National Hockey League (NHL) trophy

The King Clancy Memorial Trophy is a sports award given annually to the National Hockey League (NHL) player who best exemplifies leadership qualities on and off the ice and who has made a significant humanitarian contribution to his community. The winner is chosen by "a special panel of representatives" from the Professional Hockey Writers' Association and the NHL Broadcasters' Association.

The trophy is named in honour of Francis M. "King" Clancy, a former player for the original Ottawa Senators and the Toronto Maple Leafs who later went on to become a coach, referee, and team executive. The trophy was first awarded in 1988 and was presented to the NHL by Maple Leafs owner Harold Ballard, who called Clancy "one of the greatest humanitarians that ever lived". It honours similar community service as the Charlie Conacher Humanitarian Award, which was retired in 1984.

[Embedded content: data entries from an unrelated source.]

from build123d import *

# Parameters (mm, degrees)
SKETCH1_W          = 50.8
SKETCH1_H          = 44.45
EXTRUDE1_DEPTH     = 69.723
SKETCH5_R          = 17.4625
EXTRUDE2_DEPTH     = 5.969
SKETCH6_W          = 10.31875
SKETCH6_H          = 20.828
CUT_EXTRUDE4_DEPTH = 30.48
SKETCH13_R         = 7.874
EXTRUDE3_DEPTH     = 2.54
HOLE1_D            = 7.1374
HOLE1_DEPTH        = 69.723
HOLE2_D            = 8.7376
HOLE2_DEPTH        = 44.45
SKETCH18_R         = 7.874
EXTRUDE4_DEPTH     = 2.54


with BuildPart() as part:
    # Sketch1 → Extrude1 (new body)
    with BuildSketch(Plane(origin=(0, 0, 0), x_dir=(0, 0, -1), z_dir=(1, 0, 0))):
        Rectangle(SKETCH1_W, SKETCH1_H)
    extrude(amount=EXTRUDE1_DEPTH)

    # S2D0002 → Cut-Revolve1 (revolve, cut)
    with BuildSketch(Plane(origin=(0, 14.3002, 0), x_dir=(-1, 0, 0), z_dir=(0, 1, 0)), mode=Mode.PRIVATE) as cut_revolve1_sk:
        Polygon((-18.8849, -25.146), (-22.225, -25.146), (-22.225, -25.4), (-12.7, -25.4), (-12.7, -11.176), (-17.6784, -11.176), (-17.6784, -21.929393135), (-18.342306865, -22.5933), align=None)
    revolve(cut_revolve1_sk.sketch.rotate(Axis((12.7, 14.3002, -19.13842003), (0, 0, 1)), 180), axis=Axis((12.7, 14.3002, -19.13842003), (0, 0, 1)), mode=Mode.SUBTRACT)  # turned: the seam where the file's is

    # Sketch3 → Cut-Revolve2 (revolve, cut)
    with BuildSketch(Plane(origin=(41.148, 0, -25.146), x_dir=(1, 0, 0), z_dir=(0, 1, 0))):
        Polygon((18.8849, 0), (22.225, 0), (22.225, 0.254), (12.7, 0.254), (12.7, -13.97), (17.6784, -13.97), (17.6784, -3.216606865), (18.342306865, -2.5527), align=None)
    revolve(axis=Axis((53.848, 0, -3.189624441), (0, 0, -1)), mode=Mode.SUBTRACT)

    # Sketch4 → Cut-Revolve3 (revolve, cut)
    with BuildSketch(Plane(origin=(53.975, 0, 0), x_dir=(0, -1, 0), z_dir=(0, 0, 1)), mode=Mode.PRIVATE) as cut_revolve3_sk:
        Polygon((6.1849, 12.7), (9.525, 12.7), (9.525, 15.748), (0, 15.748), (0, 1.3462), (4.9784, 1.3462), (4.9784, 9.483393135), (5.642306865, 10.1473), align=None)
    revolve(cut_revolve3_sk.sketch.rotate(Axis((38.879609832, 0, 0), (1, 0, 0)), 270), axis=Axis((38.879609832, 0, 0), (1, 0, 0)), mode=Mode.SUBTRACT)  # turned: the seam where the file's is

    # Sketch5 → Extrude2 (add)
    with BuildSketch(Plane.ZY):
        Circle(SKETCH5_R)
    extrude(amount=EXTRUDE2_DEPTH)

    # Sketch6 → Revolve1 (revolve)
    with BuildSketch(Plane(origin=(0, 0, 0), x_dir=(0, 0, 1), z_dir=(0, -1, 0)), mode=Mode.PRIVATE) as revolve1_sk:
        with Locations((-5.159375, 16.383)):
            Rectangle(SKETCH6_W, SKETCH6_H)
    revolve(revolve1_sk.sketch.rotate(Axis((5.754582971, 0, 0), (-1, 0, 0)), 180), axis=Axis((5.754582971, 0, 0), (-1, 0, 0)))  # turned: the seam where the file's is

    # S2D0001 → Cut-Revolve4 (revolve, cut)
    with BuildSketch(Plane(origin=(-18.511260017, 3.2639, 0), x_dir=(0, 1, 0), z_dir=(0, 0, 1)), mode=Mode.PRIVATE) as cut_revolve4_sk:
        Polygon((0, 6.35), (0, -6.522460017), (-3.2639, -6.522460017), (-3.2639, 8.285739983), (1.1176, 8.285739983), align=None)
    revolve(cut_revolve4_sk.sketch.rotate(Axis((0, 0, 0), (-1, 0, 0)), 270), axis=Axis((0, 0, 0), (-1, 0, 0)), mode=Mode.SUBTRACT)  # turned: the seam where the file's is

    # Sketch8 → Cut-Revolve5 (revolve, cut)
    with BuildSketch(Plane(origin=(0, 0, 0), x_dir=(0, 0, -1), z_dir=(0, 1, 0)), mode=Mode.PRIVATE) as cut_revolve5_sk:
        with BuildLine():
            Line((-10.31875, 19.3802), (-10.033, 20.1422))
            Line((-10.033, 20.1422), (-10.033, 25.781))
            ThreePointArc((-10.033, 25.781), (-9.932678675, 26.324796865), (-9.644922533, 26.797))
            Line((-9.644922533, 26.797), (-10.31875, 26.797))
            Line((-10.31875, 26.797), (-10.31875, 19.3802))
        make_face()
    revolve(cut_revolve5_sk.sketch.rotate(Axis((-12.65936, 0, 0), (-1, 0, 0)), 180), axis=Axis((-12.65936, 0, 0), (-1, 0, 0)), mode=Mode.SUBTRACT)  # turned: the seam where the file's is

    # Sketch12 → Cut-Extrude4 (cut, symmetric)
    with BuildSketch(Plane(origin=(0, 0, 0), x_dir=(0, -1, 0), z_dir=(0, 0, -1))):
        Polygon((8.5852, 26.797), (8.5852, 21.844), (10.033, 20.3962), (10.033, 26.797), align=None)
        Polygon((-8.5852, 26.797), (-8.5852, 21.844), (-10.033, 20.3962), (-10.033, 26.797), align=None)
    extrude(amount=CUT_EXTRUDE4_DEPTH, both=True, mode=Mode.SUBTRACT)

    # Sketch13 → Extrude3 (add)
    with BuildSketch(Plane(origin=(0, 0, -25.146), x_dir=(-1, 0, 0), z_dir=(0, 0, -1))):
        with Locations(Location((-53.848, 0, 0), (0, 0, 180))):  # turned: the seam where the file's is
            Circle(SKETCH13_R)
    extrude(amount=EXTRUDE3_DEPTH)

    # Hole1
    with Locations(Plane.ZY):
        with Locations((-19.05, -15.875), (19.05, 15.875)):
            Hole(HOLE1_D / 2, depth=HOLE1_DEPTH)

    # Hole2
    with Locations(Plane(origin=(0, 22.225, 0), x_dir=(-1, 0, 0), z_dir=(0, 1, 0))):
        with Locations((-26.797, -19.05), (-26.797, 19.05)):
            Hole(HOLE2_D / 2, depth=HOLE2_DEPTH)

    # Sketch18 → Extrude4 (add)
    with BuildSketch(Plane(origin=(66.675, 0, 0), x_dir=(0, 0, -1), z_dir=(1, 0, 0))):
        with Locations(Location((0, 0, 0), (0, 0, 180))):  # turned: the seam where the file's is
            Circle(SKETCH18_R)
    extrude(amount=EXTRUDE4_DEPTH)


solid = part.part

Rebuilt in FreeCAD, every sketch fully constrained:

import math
import FreeCAD as App
import Part
import Sketcher

V = App.Vector
Q = App.Units.Quantity


def add_polygon(sketch, points):
    """Adds a closed chain of lines whose ends are joined by coincident constraints."""
    first, n = sketch.GeometryCount, len(points)
    for a, b in zip(points, points[1:] + points[:1]):
        sketch.addGeometry(Part.LineSegment(App.Vector(*a, 0), App.Vector(*b, 0)), False)
    for i in range(n):
        sketch.addConstraint(Sketcher.Constraint("Coincident", first + i, 2, first + (i + 1) % n, 1))

doc = App.newDocument("Part")
body = doc.addObject("PartDesign::Body", "Body")

# Sketch on YZ plane
sketch1 = doc.addObject("Sketcher::SketchObject", "Sketch")
body.addObject(sketch1)
sketch1.AttachmentSupport = (doc.YZ_Plane, [""])
sketch1.MapMode = "FlatFace"
add_polygon(sketch1, [(22, 25), (-22, 25), (-22, -25), (22, -25)])  # lines 0-3
sketch1.addConstraint([
    Sketcher.Constraint("Horizontal", 0),
    Sketcher.Constraint("Vertical", 1),
    Sketcher.Constraint("Horizontal", 2),
    Sketcher.Constraint("Vertical", 3),
    Sketcher.Constraint("Symmetric", 0, 2, 2, 2, -1, 1),
    Sketcher.Constraint("DistanceY", 1, 2, 1, 1, Q("2 in")),
    Sketcher.Constraint("DistanceX", 0, 2, 0, 1, Q("1.75 in")),
])
pad1 = doc.addObject("PartDesign::Pad", "Pad")
body.addObject(pad1)
pad1.Profile = sketch1
pad1.Length = Q("2.745 in")

# Sketch on XZ plane
sketch2 = doc.addObject("Sketcher::SketchObject", "Sketch001")
body.addObject(sketch2)
sketch2.AttachmentSupport = (doc.XZ_Plane, [""])
sketch2.MapMode = "FlatFace"
sketch2.AttachmentOffset = App.Placement(V(0, 0, -0.563 * 25.4), App.Rotation())
add_polygon(sketch2, [(18.88, -25.15), (22.23, -25.15), (22.23, -25.4), (12.7, -25.4), (12.7, -11.18), (17.68, -11.18), (17.68, -21.93), (18.34, -22.59)])  # lines 0-7
sketch2.addGeometry(Part.LineSegment(V(12.7, -25.4, 0), V(12.7, -11.18, 0)), True)  # axis
sketch2.addConstraint([
    Sketcher.Constraint("Horizontal", 0),
    Sketcher.Constraint("Vertical", 1),
    Sketcher.Constraint("Horizontal", 2),
    Sketcher.Constraint("Vertical", 3),
    Sketcher.Constraint("Horizontal", 4),
    Sketcher.Constraint("Vertical", 5),
    Sketcher.Constraint("Vertical", 8),
    Sketcher.Constraint("Coincident", 8, 1, 2, 2),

Five teams have had more than one player win the award. Three members of the Vancouver Canucks, Edmonton Oilers, Calgary Flames, New York Islanders, and Boston Bruins have won the award, while two members of the Minnesota Wild, and Detroit Red Wings have also won the award. Ray Bourque and Dave Poulin won it in consecutive years for the Boston Bruins, and Jason Zucker and Matt Dumba won it in consecutive years for the Minnesota Wild. Players from the seven different Canadian teams have won the trophy on 10 of the 28 occasions that it has been awarded. Three members each from the Edmonton Oilers, Calgary Flames, and Vancouver Canucks, as well as one each from the Montreal Canadiens, Ottawa Senators, Toronto Maple Leafs, and the original Winnipeg Jets have won the award. Henrik Sedin is the only player who has won it more than once. Henrik and his brother Daniel are the only recipients to have won the trophy jointly.

The 2025-26 NHL season winner is Marcus Foligno.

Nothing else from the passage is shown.